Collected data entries
========================
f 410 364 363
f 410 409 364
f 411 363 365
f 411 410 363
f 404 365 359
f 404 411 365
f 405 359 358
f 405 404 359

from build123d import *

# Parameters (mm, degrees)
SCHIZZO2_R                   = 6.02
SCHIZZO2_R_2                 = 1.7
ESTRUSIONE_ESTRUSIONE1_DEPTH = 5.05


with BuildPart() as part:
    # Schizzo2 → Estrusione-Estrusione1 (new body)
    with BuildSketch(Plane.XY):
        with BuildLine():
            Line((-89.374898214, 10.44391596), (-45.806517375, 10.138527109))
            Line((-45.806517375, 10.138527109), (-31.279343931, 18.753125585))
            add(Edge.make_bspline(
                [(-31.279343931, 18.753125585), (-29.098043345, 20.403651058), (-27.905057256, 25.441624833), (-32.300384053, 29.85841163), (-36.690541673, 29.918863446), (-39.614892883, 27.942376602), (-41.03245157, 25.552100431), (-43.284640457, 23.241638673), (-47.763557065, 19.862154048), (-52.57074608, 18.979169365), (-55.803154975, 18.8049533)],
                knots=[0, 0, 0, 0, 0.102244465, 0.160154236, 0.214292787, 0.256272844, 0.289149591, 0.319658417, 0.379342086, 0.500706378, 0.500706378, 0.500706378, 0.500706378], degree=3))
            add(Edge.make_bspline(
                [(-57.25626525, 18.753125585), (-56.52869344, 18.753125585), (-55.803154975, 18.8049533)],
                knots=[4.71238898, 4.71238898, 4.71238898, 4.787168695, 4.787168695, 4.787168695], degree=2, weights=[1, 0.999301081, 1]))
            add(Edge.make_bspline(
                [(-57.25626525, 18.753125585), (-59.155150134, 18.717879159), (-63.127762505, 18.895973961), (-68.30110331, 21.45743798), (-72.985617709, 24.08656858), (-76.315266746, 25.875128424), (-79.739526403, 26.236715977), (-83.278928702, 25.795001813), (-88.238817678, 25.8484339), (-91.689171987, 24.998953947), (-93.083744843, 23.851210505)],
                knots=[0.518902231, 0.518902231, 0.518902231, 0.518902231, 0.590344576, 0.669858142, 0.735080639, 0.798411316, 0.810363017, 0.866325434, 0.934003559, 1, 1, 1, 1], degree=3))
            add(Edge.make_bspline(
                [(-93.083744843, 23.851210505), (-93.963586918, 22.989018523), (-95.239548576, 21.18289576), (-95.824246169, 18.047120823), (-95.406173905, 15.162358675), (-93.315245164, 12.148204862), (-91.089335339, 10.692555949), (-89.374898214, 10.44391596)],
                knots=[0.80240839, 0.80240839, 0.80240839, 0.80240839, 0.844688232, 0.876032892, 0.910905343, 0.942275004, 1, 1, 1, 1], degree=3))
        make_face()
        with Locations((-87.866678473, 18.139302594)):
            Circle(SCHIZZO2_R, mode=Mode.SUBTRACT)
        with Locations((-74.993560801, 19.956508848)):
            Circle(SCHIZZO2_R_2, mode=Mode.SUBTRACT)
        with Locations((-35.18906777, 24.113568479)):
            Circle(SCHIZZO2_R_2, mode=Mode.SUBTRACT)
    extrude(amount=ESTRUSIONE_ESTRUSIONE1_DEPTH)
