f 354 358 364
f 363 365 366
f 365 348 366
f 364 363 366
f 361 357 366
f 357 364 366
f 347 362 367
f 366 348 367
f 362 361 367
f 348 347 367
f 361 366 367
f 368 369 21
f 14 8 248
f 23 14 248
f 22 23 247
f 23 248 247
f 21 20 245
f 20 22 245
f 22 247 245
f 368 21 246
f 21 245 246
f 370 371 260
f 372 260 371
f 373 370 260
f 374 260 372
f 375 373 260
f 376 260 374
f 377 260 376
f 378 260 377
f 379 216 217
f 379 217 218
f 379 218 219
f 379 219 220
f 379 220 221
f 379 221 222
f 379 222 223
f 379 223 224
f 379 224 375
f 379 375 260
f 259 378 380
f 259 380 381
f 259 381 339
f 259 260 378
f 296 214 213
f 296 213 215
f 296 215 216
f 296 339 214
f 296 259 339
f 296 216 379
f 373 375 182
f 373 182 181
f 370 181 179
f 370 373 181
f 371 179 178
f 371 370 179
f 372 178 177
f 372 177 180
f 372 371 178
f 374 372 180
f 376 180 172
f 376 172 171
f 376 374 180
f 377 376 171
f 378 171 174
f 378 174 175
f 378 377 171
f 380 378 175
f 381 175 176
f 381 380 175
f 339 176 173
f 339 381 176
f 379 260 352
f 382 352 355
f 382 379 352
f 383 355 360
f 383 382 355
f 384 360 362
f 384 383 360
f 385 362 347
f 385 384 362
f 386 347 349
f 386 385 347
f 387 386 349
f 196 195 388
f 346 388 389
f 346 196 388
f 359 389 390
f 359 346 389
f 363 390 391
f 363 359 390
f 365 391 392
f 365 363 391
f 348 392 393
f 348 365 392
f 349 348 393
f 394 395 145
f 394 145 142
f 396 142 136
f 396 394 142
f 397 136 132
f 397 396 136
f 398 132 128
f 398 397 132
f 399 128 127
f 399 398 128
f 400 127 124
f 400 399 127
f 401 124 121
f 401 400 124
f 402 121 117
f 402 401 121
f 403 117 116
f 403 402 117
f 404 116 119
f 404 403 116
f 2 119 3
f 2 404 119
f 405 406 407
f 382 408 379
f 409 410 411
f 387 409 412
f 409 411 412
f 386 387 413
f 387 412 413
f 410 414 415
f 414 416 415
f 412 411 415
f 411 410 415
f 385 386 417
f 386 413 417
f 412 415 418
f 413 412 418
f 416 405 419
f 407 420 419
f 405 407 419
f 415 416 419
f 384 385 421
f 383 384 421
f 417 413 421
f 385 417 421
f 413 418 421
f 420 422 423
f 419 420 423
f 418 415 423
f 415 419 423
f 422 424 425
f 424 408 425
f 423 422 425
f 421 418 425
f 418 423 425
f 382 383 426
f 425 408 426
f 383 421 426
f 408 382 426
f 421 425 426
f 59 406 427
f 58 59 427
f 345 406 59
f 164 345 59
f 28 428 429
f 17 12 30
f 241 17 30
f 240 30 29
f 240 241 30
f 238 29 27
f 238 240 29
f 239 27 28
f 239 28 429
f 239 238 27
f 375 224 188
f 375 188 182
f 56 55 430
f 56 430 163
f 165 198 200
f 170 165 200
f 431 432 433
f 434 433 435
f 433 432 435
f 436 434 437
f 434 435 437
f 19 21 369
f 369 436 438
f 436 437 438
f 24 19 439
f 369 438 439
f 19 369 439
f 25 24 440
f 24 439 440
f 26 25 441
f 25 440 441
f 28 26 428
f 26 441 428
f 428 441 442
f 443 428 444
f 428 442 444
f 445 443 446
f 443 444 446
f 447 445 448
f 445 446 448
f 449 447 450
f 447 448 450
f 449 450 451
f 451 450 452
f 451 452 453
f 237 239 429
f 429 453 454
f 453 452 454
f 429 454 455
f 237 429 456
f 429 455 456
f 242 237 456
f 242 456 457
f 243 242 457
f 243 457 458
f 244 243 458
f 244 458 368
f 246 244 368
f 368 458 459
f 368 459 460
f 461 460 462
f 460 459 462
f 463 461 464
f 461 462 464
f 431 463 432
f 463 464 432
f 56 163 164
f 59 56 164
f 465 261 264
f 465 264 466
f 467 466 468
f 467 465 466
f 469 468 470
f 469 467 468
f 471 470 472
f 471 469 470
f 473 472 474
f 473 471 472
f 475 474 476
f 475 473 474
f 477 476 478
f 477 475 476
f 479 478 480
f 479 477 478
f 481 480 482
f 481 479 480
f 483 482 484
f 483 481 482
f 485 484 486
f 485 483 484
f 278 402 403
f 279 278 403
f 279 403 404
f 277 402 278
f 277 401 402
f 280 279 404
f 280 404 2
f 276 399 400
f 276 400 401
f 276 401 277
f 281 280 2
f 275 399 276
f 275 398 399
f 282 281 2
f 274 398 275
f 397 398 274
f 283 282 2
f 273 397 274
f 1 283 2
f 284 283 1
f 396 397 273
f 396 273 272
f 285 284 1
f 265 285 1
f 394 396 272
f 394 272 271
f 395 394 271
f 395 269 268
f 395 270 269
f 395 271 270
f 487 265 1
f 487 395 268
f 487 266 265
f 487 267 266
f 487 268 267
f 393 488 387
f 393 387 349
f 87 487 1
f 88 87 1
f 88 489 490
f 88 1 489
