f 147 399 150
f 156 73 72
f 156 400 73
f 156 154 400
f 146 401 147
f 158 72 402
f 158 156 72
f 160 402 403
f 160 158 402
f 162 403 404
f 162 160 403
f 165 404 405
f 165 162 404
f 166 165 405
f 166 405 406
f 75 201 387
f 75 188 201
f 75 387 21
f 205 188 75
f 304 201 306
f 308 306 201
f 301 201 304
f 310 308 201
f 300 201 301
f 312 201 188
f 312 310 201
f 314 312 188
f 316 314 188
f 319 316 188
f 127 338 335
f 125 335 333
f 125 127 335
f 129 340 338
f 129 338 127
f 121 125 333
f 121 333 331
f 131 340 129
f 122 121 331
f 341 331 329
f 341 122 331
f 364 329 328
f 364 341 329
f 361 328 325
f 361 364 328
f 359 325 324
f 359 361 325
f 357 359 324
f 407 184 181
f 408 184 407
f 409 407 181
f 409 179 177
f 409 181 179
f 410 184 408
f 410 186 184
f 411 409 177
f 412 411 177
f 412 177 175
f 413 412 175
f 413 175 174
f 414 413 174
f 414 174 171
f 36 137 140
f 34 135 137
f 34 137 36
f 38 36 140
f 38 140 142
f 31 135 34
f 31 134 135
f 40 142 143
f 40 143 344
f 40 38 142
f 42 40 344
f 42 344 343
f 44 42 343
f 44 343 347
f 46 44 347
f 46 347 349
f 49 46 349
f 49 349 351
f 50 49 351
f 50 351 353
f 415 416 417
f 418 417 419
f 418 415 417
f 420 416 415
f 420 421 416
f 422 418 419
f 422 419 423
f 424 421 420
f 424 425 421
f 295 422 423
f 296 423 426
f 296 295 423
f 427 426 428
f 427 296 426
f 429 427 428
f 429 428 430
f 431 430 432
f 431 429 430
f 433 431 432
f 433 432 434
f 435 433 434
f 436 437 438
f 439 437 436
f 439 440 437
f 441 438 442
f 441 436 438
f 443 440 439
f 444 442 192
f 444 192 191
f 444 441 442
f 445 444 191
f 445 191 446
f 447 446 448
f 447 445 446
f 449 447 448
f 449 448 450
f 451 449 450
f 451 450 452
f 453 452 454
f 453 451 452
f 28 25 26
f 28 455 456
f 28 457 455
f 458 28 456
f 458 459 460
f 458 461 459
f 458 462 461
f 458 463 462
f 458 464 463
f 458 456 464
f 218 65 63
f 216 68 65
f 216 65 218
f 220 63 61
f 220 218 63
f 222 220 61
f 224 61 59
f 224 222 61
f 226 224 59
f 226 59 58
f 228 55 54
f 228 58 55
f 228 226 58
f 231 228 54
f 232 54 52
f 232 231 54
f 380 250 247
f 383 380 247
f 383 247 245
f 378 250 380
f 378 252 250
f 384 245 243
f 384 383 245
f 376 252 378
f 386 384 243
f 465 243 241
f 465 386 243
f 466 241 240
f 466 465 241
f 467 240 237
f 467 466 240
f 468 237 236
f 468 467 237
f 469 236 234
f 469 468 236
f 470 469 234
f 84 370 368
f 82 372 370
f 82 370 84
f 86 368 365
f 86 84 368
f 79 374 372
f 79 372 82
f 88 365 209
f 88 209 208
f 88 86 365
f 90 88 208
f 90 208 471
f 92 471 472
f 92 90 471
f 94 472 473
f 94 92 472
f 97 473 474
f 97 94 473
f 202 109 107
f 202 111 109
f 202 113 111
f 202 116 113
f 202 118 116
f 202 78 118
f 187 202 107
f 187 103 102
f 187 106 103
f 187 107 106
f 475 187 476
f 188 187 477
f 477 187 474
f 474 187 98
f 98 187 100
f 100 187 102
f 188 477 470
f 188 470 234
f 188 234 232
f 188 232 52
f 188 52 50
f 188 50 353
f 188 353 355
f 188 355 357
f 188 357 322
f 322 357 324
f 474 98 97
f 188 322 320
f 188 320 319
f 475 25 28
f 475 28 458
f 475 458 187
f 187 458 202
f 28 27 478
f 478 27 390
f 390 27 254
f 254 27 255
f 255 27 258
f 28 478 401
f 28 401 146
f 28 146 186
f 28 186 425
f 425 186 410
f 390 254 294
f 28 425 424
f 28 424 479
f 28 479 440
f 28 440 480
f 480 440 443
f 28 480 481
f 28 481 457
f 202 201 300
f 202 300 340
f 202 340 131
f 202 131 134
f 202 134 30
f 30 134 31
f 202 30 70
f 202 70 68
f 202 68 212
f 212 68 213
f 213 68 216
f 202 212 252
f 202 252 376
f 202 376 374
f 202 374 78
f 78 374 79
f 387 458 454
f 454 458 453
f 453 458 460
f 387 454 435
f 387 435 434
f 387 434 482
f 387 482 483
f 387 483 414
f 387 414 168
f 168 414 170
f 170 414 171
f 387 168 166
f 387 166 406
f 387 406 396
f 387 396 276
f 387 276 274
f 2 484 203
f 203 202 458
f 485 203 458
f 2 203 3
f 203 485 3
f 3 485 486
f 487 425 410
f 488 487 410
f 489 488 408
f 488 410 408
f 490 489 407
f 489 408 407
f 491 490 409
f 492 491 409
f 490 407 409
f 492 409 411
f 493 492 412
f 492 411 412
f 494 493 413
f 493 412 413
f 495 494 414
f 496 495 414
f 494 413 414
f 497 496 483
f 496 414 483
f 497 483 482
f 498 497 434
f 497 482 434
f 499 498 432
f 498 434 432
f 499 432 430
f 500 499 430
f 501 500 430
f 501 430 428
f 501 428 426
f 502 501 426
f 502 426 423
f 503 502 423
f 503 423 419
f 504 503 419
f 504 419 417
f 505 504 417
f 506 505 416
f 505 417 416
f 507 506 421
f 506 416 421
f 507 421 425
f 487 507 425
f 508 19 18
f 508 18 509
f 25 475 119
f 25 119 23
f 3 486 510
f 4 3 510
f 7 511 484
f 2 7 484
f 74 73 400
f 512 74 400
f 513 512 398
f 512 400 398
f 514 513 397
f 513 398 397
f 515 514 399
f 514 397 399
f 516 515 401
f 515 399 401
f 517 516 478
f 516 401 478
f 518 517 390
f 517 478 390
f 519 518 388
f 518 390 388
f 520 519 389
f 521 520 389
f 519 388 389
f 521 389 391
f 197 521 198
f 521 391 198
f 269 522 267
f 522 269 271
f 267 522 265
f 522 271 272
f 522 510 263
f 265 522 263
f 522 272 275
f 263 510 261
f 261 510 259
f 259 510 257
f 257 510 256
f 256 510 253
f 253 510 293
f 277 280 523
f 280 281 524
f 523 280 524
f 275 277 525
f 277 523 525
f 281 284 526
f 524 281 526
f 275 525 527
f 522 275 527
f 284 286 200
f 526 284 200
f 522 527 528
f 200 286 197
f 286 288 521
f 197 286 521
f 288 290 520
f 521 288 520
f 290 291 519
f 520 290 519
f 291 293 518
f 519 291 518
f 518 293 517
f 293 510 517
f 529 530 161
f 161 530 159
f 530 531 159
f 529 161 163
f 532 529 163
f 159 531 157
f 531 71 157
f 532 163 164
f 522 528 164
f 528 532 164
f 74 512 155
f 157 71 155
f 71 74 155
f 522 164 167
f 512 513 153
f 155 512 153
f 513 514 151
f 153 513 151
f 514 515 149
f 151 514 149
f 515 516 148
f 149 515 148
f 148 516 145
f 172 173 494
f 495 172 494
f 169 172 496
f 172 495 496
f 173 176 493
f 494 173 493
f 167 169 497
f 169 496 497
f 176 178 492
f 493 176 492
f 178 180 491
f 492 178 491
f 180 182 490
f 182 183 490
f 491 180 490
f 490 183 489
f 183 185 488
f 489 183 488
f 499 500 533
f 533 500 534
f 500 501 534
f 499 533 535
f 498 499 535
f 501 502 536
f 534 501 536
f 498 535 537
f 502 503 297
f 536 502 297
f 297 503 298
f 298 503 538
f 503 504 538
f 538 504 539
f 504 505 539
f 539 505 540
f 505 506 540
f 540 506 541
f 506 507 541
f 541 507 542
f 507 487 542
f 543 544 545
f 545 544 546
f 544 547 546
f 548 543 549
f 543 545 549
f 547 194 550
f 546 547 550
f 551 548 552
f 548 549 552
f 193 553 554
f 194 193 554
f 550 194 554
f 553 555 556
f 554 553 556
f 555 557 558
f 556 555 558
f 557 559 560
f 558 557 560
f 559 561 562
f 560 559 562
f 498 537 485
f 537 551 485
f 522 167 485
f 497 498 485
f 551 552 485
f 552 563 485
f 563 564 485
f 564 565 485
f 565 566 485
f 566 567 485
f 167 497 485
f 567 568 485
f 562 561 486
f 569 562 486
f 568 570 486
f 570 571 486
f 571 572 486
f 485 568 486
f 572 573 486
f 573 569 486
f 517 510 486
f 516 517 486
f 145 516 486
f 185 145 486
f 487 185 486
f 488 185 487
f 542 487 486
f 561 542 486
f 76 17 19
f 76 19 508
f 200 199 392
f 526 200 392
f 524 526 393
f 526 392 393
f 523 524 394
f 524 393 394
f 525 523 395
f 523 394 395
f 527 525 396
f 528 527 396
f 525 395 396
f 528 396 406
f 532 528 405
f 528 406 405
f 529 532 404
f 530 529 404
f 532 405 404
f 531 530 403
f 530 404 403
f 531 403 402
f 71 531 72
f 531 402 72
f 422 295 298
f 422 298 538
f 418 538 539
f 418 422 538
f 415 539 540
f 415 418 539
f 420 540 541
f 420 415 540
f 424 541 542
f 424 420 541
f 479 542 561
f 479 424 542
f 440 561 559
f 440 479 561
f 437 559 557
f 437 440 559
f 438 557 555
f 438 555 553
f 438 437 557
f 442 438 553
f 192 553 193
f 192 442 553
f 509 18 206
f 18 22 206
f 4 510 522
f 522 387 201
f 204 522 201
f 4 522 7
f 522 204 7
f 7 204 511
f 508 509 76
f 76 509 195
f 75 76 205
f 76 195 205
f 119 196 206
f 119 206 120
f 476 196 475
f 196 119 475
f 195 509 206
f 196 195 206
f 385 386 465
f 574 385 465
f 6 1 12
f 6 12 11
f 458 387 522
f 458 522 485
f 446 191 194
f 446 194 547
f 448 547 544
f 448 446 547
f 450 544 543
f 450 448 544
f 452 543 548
========================
What the task asks: Both the line containing "f 546 547 550" and the line containing "f 530 404 403" belong in the answer. Print them and every line above that falls between them exactly, and no others.

The answer:
f 546 547 550
f 551 548 552
f 548 549 552
f 193 553 554
f 194 193 554
f 550 194 554
f 553 555 556
f 554 553 556
f 555 557 558
f 556 555 558
f 557 559 560
f 558 557 560
f 559 561 562
f 560 559 562
f 498 537 485
f 537 551 485
f 522 167 485
f 497 498 485
f 551 552 485
f 552 563 485
f 563 564 485
f 564 565 485
f 565 566 485
f 566 567 485
f 167 497 485
f 567 568 485
f 562 561 486
f 569 562 486
f 568 570 486
f 570 571 486
f 571 572 486
f 485 568 486
f 572 573 486
f 573 569 486
f 517 510 486
f 516 517 486
f 145 516 486
f 185 145 486
f 487 185 486
f 488 185 487
f 542 487 486
f 561 542 486
f 76 17 19
f 76 19 508
f 200 199 392
f 526 200 392
f 524 526 393
f 526 392 393
f 523 524 394
f 524 393 394
f 525 523 395
f 523 394 395
f 527 525 396
f 528 527 396
f 525 395 396
f 528 396 406
f 532 528 405
f 528 406 405
f 529 532 404
f 530 529 404
f 532 405 404
f 531 530 403
f 530 404 403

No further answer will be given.